**Your assignment**
Reproduce the lines of the listing exactly, beginning at the top, until the line with "FreeCAD Python script" has been reproduced too.
= = =
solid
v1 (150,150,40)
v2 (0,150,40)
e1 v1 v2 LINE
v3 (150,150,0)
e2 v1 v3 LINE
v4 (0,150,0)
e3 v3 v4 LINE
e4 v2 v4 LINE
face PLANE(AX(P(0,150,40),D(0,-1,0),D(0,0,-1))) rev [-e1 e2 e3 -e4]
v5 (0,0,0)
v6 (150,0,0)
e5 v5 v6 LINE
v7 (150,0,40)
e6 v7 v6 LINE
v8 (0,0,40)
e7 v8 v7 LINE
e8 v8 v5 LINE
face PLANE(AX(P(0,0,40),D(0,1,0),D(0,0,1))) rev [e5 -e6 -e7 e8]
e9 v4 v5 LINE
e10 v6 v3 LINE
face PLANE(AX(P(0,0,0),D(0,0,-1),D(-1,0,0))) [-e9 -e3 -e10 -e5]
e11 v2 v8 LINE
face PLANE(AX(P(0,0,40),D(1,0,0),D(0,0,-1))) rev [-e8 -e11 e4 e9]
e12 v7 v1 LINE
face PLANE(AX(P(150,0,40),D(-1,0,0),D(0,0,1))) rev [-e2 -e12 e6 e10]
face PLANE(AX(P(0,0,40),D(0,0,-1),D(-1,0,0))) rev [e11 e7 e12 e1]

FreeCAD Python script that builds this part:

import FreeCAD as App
import Part
import Sketcher

V = App.Vector

doc = App.newDocument("Part")
body = doc.addObject("PartDesign::Body", "Body")

# Sketch on XY plane
sketch1 = doc.addObject("Sketcher::SketchObject", "Sketch")
body.addObject(sketch1)
sketch1.AttachmentSupport = (doc.XY_Plane, [""])
sketch1.MapMode = "FlatFace"
sketch1.addGeometry(Part.LineSegment(V(0, 150, 0), V(0, 0, 0)), False)
sketch1.addGeometry(Part.LineSegment(V(0, 0, 0), V(150, 0, 0)), False)
sketch1.addGeometry(Part.LineSegment(V(150, 0, 0), V(150, 150, 0)), False)
sketch1.addGeometry(Part.LineSegment(V(150, 150, 0), V(0, 150, 0)), False)
sketch1.addConstraint(Sketcher.Constraint("Coincident", 0, 2, 1, 1))
sketch1.addConstraint(Sketcher.Constraint("Coincident", 1, 2, 2, 1))
sketch1.addConstraint(Sketcher.Constraint("Coincident", 2, 2, 3, 1))
sketch1.addConstraint(Sketcher.Constraint("Coincident", 3, 2, 0, 1))
sketch1.addConstraint(Sketcher.Constraint("Vertical", 0))
sketch1.addConstraint(Sketcher.Constraint("Horizontal", 1))
sketch1.addConstraint(Sketcher.Constraint("Vertical", 2))
sketch1.addConstraint(Sketcher.Constraint("Horizontal", 3))
sketch1.addConstraint(Sketcher.Constraint("Coincident", 0, 2, -1, 1))
sketch1.addConstraint(Sketcher.Constraint("Equal", 3, 0))
sketch1.addConstraint(Sketcher.Constraint("DistanceX", 1, 1, 1, 2, 150.0))
pad1 = doc.addObject("PartDesign::Pad", "Pad")
body.addObject(pad1)
pad1.Profile = sketch1
pad1.Length = 40

doc.recompute()
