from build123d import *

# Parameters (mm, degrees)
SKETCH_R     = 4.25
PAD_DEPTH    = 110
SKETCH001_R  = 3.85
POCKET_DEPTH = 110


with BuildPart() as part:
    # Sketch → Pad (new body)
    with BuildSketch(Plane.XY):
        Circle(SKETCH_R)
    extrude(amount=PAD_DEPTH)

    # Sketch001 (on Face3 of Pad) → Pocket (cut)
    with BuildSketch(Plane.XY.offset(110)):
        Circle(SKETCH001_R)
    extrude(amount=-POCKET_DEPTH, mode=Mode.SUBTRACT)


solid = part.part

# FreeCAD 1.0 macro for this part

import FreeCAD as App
import Part
import Sketcher

doc = App.newDocument("Part")
body = doc.addObject("PartDesign::Body", "Body")

sketch1 = body.newObject("Sketcher::SketchObject", "Sketch")
sketch1.AttachmentSupport = (doc.getObject("XY_Plane"), [""])
sketch1.MapMode = "FlatFace"
sketch1.addGeometry(Part.Circle(App.Vector(0, 0, 0), App.Vector(0, 0, 1), 4.2), False)
sketch1.addConstraint([
    Sketcher.Constraint("Coincident", 0, 3, -1, 1),
    Sketcher.Constraint("Diameter", 0, 8.5),
])
pad1 = body.newObject("PartDesign::Pad", "Pad")
pad1.Profile = sketch1
pad1.Length = 110

sketch2 = body.newObject("Sketcher::SketchObject", "Sketch001")
sketch2.AttachmentSupport = (doc.getObject("XY_Plane"), [""])
sketch2.MapMode = "FlatFace"
sketch2.AttachmentOffset = App.Placement(App.Vector(0, 0, 110), App.Rotation())
sketch2.addGeometry(Part.Circle(App.Vector(0, 0, 0), App.Vector(0, 0, 1), 3.9), False)
sketch2.addConstraint([
    Sketcher.Constraint("Coincident", 0, 3, -1, 1),
    Sketcher.Constraint("Diameter", 0, 7.7),
])
pocket1 = body.newObject("PartDesign::Pocket", "Pocket")
pocket1.Profile = sketch2
pocket1.Length = 110

doc.recompute()
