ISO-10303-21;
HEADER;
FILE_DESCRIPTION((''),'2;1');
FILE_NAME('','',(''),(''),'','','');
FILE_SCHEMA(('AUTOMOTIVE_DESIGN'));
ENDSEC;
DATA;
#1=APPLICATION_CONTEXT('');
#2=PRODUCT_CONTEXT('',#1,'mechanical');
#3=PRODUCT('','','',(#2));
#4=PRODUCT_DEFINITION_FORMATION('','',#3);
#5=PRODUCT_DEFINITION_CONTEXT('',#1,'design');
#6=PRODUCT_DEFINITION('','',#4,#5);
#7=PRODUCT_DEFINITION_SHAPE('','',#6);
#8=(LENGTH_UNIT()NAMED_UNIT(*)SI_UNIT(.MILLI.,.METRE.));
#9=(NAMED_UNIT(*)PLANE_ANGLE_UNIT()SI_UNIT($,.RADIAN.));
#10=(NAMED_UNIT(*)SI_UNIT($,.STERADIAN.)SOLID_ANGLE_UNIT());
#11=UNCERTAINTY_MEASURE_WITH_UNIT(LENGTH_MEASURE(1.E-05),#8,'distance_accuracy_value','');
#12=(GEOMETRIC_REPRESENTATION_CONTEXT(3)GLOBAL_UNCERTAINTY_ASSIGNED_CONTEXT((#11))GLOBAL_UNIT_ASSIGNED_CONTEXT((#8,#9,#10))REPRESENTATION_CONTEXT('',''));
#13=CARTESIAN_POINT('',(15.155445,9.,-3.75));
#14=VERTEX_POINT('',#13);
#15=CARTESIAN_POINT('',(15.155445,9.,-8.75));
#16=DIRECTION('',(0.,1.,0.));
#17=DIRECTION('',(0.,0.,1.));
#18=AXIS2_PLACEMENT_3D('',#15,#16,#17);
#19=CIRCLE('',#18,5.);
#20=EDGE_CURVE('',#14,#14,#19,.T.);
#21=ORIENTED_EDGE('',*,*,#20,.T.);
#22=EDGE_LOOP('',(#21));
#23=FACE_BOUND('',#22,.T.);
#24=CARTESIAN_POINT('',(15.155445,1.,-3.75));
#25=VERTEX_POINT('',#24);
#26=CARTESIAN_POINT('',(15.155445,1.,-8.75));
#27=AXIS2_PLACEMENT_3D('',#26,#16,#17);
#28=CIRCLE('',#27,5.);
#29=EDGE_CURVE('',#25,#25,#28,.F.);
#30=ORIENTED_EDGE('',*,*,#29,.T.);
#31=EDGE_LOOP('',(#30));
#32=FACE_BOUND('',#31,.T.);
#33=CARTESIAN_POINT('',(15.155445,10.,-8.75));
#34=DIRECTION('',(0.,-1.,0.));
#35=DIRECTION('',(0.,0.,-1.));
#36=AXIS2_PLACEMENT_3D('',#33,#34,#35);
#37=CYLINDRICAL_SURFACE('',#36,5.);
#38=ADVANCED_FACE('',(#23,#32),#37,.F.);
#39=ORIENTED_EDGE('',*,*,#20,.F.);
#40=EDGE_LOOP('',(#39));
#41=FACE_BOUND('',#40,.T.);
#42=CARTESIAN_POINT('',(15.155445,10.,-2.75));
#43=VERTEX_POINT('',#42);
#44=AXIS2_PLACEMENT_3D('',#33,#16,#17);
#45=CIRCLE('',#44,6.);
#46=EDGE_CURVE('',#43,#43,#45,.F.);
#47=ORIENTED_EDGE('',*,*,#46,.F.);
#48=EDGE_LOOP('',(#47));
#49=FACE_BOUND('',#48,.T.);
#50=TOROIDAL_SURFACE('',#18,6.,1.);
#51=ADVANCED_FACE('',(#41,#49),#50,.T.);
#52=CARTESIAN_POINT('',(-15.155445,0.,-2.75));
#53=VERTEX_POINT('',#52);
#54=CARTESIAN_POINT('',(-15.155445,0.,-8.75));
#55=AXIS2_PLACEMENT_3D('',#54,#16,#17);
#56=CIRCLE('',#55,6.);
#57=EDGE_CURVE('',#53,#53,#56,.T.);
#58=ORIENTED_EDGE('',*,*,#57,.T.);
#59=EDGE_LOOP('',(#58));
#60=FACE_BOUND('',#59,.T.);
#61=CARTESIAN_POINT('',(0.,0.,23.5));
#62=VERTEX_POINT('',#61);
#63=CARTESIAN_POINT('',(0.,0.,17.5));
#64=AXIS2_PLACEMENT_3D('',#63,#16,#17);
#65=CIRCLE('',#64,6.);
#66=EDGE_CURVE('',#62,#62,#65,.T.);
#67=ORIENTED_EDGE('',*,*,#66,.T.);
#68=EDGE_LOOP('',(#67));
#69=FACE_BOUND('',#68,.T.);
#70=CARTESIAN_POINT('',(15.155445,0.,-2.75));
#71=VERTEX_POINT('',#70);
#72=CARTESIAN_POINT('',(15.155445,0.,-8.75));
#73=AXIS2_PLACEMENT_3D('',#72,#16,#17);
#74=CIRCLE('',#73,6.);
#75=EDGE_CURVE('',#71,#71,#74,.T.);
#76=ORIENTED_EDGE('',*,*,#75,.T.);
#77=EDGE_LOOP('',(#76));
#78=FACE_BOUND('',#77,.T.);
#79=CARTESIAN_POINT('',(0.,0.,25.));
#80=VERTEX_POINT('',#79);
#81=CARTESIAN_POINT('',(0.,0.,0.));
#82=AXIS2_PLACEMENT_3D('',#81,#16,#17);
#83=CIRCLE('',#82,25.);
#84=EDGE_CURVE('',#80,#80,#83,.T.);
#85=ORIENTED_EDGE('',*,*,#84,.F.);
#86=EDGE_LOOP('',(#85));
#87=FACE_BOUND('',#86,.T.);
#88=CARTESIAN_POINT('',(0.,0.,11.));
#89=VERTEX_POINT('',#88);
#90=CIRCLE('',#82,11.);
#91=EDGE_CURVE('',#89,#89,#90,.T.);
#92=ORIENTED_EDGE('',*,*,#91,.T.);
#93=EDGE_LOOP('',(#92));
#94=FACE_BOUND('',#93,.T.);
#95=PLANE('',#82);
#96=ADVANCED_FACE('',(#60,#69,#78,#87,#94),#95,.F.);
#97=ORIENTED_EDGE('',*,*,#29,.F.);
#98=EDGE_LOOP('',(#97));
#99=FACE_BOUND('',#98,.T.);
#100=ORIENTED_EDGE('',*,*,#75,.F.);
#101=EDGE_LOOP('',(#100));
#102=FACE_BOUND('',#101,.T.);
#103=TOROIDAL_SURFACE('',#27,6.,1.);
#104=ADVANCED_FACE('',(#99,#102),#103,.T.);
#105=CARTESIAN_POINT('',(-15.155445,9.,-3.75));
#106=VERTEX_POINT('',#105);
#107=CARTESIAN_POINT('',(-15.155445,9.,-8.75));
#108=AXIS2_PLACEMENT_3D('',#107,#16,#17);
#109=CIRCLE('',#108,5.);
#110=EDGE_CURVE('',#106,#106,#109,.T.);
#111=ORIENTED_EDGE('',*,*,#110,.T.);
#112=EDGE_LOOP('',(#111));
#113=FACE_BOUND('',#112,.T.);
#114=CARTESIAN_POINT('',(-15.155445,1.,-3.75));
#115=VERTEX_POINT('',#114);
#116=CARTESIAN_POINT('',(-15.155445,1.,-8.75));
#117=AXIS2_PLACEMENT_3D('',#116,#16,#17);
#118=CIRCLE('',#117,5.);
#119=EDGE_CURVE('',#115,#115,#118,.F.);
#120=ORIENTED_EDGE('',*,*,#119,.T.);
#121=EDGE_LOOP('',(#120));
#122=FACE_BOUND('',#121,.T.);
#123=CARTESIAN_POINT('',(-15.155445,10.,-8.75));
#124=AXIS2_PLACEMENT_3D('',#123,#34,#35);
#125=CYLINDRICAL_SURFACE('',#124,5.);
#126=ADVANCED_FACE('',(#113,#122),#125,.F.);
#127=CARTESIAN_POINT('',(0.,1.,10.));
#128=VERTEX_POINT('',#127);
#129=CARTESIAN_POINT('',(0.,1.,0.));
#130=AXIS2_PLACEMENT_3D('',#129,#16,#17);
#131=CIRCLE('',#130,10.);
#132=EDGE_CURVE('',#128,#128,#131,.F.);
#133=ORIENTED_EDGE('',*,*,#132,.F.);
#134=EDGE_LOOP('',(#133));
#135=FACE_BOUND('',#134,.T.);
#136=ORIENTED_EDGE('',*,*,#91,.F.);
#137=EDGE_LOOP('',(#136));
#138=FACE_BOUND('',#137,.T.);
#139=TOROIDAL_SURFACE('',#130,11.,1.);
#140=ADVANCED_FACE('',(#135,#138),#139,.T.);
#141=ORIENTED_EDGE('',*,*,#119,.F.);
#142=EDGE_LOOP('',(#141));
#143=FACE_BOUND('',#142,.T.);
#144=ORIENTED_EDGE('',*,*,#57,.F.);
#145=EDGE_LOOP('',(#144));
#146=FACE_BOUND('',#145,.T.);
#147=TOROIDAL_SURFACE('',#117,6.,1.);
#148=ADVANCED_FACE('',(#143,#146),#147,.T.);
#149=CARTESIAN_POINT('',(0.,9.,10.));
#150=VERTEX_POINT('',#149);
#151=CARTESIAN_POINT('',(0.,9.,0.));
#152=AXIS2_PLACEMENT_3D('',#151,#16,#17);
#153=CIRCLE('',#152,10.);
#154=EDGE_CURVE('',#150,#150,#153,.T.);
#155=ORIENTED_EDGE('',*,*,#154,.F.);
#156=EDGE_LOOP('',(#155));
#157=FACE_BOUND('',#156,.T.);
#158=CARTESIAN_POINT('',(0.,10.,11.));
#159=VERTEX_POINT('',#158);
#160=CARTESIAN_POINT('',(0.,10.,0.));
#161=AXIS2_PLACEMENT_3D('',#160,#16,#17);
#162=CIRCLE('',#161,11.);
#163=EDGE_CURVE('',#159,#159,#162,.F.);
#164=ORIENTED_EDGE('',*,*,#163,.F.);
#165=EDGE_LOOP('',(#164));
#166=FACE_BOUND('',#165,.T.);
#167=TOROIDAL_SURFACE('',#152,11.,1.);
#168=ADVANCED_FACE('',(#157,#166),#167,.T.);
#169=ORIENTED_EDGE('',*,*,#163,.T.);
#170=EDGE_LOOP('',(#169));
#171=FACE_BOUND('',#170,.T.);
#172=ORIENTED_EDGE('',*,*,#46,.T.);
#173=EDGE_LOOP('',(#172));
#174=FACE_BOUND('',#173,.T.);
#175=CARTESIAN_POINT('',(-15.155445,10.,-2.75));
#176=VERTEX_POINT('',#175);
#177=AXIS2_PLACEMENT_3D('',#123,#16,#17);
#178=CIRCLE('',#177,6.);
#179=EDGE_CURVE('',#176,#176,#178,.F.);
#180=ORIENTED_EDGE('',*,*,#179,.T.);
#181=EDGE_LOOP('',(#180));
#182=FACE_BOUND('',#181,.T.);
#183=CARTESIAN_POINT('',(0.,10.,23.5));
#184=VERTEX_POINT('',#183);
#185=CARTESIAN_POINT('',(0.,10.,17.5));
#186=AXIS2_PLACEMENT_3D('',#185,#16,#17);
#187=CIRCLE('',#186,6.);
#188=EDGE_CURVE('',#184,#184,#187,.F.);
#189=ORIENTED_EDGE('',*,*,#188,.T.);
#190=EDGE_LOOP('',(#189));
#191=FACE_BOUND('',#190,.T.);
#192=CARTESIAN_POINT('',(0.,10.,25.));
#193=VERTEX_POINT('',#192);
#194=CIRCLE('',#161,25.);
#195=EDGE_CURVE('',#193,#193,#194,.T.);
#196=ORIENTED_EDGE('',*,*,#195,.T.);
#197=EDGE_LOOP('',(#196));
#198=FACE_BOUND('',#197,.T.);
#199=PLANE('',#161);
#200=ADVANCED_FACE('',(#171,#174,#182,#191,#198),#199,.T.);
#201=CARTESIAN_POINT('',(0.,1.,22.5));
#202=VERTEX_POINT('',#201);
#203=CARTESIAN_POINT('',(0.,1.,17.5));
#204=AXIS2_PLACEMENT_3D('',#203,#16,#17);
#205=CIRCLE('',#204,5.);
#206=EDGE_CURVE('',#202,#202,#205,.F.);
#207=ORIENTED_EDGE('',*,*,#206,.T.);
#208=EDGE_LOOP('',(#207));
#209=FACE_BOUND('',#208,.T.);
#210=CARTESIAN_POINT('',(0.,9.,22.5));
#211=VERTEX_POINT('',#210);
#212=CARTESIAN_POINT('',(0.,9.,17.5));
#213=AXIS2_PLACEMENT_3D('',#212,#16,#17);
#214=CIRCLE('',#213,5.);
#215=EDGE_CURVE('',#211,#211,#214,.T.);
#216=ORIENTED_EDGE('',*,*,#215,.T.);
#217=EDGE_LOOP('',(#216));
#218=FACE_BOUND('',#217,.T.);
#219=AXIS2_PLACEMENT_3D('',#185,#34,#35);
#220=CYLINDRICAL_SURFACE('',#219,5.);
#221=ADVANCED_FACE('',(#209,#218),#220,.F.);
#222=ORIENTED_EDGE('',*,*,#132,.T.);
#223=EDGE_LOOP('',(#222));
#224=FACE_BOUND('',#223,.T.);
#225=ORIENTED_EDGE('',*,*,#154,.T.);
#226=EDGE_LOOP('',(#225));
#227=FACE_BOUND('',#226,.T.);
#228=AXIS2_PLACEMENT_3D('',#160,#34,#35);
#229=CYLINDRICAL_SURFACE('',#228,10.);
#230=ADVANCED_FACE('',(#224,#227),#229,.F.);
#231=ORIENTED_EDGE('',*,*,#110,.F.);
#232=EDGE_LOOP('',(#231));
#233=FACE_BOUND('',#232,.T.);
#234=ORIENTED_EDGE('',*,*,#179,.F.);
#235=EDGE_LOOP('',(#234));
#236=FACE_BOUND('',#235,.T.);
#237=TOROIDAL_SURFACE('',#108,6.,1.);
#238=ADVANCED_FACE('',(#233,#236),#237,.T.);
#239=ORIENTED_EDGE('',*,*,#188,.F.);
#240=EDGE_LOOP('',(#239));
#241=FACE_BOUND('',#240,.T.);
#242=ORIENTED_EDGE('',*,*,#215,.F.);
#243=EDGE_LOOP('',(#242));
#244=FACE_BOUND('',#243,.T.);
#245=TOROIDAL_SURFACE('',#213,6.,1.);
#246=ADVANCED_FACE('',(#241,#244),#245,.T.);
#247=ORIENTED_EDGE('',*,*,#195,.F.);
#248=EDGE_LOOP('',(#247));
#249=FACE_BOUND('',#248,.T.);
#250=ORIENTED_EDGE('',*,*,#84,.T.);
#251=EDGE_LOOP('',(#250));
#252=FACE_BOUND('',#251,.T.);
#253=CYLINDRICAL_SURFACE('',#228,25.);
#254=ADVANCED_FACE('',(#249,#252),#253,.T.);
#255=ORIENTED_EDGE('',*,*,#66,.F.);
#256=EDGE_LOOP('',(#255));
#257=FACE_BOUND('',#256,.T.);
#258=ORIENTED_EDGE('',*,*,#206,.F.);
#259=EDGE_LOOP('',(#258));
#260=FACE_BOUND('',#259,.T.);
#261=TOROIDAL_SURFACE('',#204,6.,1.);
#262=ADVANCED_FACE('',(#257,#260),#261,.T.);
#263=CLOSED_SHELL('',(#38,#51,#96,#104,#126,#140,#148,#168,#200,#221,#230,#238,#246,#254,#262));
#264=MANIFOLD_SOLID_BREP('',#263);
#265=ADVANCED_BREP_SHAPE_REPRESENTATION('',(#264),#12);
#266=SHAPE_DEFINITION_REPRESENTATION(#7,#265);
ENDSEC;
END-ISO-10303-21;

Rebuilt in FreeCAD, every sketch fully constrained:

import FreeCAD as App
import Part
import Sketcher
from FreeCAD import Vector


def edges_at(feature, points):
    """Names of the edges that pass closest to the given points."""
    edges = feature.Shape.Edges
    near = lambda p: min(range(len(edges)), key=lambda i: edges[i].distToShape(Part.Vertex(*p))[0])
    return sorted({f"Edge{near(p) + 1}" for p in points})

doc = App.newDocument("Part")
params = doc.addObject("Spreadsheet::Sheet", "Params")
for row, (alias, value) in enumerate([
    ("sketch1_diameter", "50 mm"),
    ("sketch1_diameter2", "20 mm"),
    ("pad1_length", "10 mm"),
    ("sketch2_diameter", "10 mm"),
    ("pocket1_length", "10 mm"),
    ("fillet_radius", "1 mm"),
], start=1):
    params.set(f"A{row}", alias)
    params.set(f"B{row}", "=" + value)
    params.setAlias(f"B{row}", alias)

body = doc.addObject("PartDesign::Body", "Body")

# Sketch on XZ plane
sketch1 = body.newObject("Sketcher::SketchObject", "Sketch")
sketch1.AttachmentSupport = (doc.getObject("XZ_Plane"), [""])
sketch1.MapMode = "FlatFace"
sketch1.addGeometry([
    Part.Circle(Vector(0, 0, 0), Vector(0, 0, 1), 25),
    Part.Circle(Vector(0, 0, 0), Vector(0, 0, 1), 10),
], False)
sketch1.addConstraint([
    Sketcher.Constraint("Coincident", 0, 3, -1, 1),
    Sketcher.Constraint("Coincident", 1, 3, -1, 1),
    Sketcher.Constraint("Diameter", 0, 50.0),
    Sketcher.Constraint("Diameter", 1, 20.0),
])
sketch1.setExpression("Constraints[2]", "Params.sketch1_diameter")
sketch1.setExpression("Constraints[3]", "Params.sketch1_diameter2")
pad1 = body.newObject("PartDesign::Pad", "Pad")
pad1.Profile = sketch1
pad1.setExpression("Length", "Params.pad1_length")
pad1.Reversed = True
= = =
**Written solution**
solid
v1 (150,150,40)
v2 (0,150,40)
e1 v1 v2 LINE
v3 (150,150,0)
e2 v1 v3 LINE
v4 (0,150,0)
e3 v3 v4 LINE
e4 v2 v4 LINE
face PLANE(AX(P(0,150,40),D(0,-1,0),D(0,0,-1))) rev [-e1 e2 e3 -e4]
v5 (0,0,0)
v6 (150,0,0)
e5 v5 v6 LINE
v7 (150,0,40)
e6 v7 v6 LINE
v8 (0,0,40)
e7 v8 v7 LINE
e8 v8 v5 LINE
face PLANE(AX(P(0,0,40),D(0,1,0),D(0,0,1))) rev [e5 -e6 -e7 e8]
e9 v4 v5 LINE
e10 v6 v3 LINE
face PLANE(AX(P(0,0,0),D(0,0,-1),D(-1,0,0))) [-e9 -e3 -e10 -e5]
e11 v2 v8 LINE
face PLANE(AX(P(0,0,40),D(1,0,0),D(0,0,-1))) rev [-e8 -e11 e4 e9]
e12 v7 v1 LINE
face PLANE(AX(P(150,0,40),D(-1,0,0),D(0,0,1))) rev [-e2 -e12 e6 e10]
face PLANE(AX(P(0,0,40),D(0,0,-1),D(-1,0,0))) rev [e11 e7 e12 e1]

FreeCAD Python script that builds this part:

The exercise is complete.